## WORK TO COMPLETE
Return the lines below exactly as they appear, please, starting with the first and ending with the one that contains "#234=FACE_BOUND('',#233,.T.);".

## INPUT DATA

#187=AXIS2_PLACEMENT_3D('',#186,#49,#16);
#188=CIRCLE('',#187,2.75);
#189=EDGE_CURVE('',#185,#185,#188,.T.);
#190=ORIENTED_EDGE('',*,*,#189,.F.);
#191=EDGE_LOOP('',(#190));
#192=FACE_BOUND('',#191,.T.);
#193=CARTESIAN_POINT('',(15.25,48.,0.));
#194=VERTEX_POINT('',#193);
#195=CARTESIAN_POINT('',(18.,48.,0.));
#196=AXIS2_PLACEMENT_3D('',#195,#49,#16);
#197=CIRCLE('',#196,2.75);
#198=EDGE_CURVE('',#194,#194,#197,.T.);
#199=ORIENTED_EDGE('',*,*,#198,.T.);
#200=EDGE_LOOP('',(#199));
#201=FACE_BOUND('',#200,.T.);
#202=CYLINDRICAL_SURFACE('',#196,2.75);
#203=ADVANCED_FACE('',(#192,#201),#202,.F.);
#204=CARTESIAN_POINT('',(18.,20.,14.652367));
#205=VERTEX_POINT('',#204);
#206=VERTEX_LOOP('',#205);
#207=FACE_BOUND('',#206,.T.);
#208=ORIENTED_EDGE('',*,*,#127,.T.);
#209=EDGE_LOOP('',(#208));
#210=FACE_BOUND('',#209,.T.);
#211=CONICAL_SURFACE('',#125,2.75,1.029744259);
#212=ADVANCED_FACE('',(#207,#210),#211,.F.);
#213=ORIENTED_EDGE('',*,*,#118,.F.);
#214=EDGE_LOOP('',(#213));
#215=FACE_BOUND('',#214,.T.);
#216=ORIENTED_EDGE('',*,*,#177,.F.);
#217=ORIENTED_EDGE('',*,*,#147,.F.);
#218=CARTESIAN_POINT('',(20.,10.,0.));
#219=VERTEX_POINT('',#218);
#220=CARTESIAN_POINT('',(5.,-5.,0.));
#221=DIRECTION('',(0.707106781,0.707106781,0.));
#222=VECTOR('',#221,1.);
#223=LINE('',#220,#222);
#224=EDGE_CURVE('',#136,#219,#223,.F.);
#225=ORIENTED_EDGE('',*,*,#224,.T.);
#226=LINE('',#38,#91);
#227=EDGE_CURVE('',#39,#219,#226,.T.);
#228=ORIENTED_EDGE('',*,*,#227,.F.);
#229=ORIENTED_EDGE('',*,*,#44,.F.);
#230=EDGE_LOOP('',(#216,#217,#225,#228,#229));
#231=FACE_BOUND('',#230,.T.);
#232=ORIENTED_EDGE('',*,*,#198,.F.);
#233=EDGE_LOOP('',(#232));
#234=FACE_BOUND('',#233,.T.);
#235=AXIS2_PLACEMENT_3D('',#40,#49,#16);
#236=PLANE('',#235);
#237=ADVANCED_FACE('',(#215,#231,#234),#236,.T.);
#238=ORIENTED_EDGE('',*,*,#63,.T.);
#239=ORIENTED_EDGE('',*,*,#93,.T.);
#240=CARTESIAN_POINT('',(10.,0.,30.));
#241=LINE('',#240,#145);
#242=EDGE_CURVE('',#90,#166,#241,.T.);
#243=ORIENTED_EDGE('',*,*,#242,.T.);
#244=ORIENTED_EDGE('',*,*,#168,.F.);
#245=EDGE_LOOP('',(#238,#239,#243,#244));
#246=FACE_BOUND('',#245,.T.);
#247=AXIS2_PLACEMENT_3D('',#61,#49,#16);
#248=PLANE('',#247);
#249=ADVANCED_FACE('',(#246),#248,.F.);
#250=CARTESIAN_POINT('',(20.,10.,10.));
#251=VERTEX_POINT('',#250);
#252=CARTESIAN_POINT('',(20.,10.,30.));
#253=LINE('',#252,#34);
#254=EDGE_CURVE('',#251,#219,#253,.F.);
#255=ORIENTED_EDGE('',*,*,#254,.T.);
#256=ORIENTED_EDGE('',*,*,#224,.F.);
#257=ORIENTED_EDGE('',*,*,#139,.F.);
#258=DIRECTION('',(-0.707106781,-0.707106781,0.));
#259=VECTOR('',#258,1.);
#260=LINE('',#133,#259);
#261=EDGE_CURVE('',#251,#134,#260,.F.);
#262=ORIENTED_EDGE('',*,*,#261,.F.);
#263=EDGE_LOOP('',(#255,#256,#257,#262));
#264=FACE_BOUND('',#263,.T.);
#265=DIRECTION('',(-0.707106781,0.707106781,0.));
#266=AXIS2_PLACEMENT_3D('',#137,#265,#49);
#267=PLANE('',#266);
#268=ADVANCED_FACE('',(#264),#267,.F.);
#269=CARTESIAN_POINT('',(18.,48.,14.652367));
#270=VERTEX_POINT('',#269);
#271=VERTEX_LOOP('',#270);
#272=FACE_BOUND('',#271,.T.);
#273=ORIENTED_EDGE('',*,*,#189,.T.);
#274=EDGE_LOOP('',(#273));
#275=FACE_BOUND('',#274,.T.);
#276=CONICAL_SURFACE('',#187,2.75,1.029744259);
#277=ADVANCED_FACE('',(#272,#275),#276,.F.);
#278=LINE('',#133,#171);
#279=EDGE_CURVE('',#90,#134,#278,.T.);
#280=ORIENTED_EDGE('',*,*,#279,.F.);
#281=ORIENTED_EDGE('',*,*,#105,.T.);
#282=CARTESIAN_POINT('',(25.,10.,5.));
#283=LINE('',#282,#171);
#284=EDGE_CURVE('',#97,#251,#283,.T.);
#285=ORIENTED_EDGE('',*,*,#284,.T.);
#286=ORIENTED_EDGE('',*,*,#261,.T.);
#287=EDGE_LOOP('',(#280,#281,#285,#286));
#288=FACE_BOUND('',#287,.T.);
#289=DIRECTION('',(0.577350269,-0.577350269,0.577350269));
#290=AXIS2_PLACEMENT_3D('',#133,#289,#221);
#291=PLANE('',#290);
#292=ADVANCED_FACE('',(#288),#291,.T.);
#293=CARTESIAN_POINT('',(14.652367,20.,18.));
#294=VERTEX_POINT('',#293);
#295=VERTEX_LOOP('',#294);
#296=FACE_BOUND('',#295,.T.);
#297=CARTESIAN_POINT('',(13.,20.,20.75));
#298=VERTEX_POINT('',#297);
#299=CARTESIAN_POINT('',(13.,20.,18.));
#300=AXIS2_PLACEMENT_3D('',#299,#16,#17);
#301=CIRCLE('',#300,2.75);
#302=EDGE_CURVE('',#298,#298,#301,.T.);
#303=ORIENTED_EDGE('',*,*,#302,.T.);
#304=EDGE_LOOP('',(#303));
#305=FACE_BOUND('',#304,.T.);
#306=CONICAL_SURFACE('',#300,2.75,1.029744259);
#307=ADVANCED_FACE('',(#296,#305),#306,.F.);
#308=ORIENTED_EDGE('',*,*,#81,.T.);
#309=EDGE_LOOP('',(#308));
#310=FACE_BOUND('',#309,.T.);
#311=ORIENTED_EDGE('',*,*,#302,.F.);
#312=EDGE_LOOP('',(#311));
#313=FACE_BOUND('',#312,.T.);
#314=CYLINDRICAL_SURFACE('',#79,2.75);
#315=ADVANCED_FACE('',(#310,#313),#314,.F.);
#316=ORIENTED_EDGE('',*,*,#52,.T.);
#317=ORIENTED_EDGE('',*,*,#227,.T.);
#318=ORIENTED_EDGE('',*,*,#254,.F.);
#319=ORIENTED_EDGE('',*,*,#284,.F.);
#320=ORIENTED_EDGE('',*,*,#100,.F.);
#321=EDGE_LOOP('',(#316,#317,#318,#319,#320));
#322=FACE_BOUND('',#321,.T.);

## SOLUTION TO THIS TASK
#187=AXIS2_PLACEMENT_3D('',#186,#49,#16);
#188=CIRCLE('',#187,2.75);
#189=EDGE_CURVE('',#185,#185,#188,.T.);
#190=ORIENTED_EDGE('',*,*,#189,.F.);
#191=EDGE_LOOP('',(#190));
#192=FACE_BOUND('',#191,.T.);
#193=CARTESIAN_POINT('',(15.25,48.,0.));
#194=VERTEX_POINT('',#193);
#195=CARTESIAN_POINT('',(18.,48.,0.));
#196=AXIS2_PLACEMENT_3D('',#195,#49,#16);
#197=CIRCLE('',#196,2.75);
#198=EDGE_CURVE('',#194,#194,#197,.T.);
#199=ORIENTED_EDGE('',*,*,#198,.T.);
#200=EDGE_LOOP('',(#199));
#201=FACE_BOUND('',#200,.T.);
#202=CYLINDRICAL_SURFACE('',#196,2.75);
#203=ADVANCED_FACE('',(#192,#201),#202,.F.);
#204=CARTESIAN_POINT('',(18.,20.,14.652367));
#205=VERTEX_POINT('',#204);
#206=VERTEX_LOOP('',#205);
#207=FACE_BOUND('',#206,.T.);
#208=ORIENTED_EDGE('',*,*,#127,.T.);
#209=EDGE_LOOP('',(#208));
#210=FACE_BOUND('',#209,.T.);
#211=CONICAL_SURFACE('',#125,2.75,1.029744259);
#212=ADVANCED_FACE('',(#207,#210),#211,.F.);
#213=ORIENTED_EDGE('',*,*,#118,.F.);
#214=EDGE_LOOP('',(#213));
#215=FACE_BOUND('',#214,.T.);
#216=ORIENTED_EDGE('',*,*,#177,.F.);
#217=ORIENTED_EDGE('',*,*,#147,.F.);
#218=CARTESIAN_POINT('',(20.,10.,0.));
#219=VERTEX_POINT('',#218);
#220=CARTESIAN_POINT('',(5.,-5.,0.));
#221=DIRECTION('',(0.707106781,0.707106781,0.));
#222=VECTOR('',#221,1.);
#223=LINE('',#220,#222);
#224=EDGE_CURVE('',#136,#219,#223,.F.);
#225=ORIENTED_EDGE('',*,*,#224,.T.);
#226=LINE('',#38,#91);
#227=EDGE_CURVE('',#39,#219,#226,.T.);
#228=ORIENTED_EDGE('',*,*,#227,.F.);
#229=ORIENTED_EDGE('',*,*,#44,.F.);
#230=EDGE_LOOP('',(#216,#217,#225,#228,#229));
#231=FACE_BOUND('',#230,.T.);
#232=ORIENTED_EDGE('',*,*,#198,.F.);
#233=EDGE_LOOP('',(#232));
#234=FACE_BOUND('',#233,.T.);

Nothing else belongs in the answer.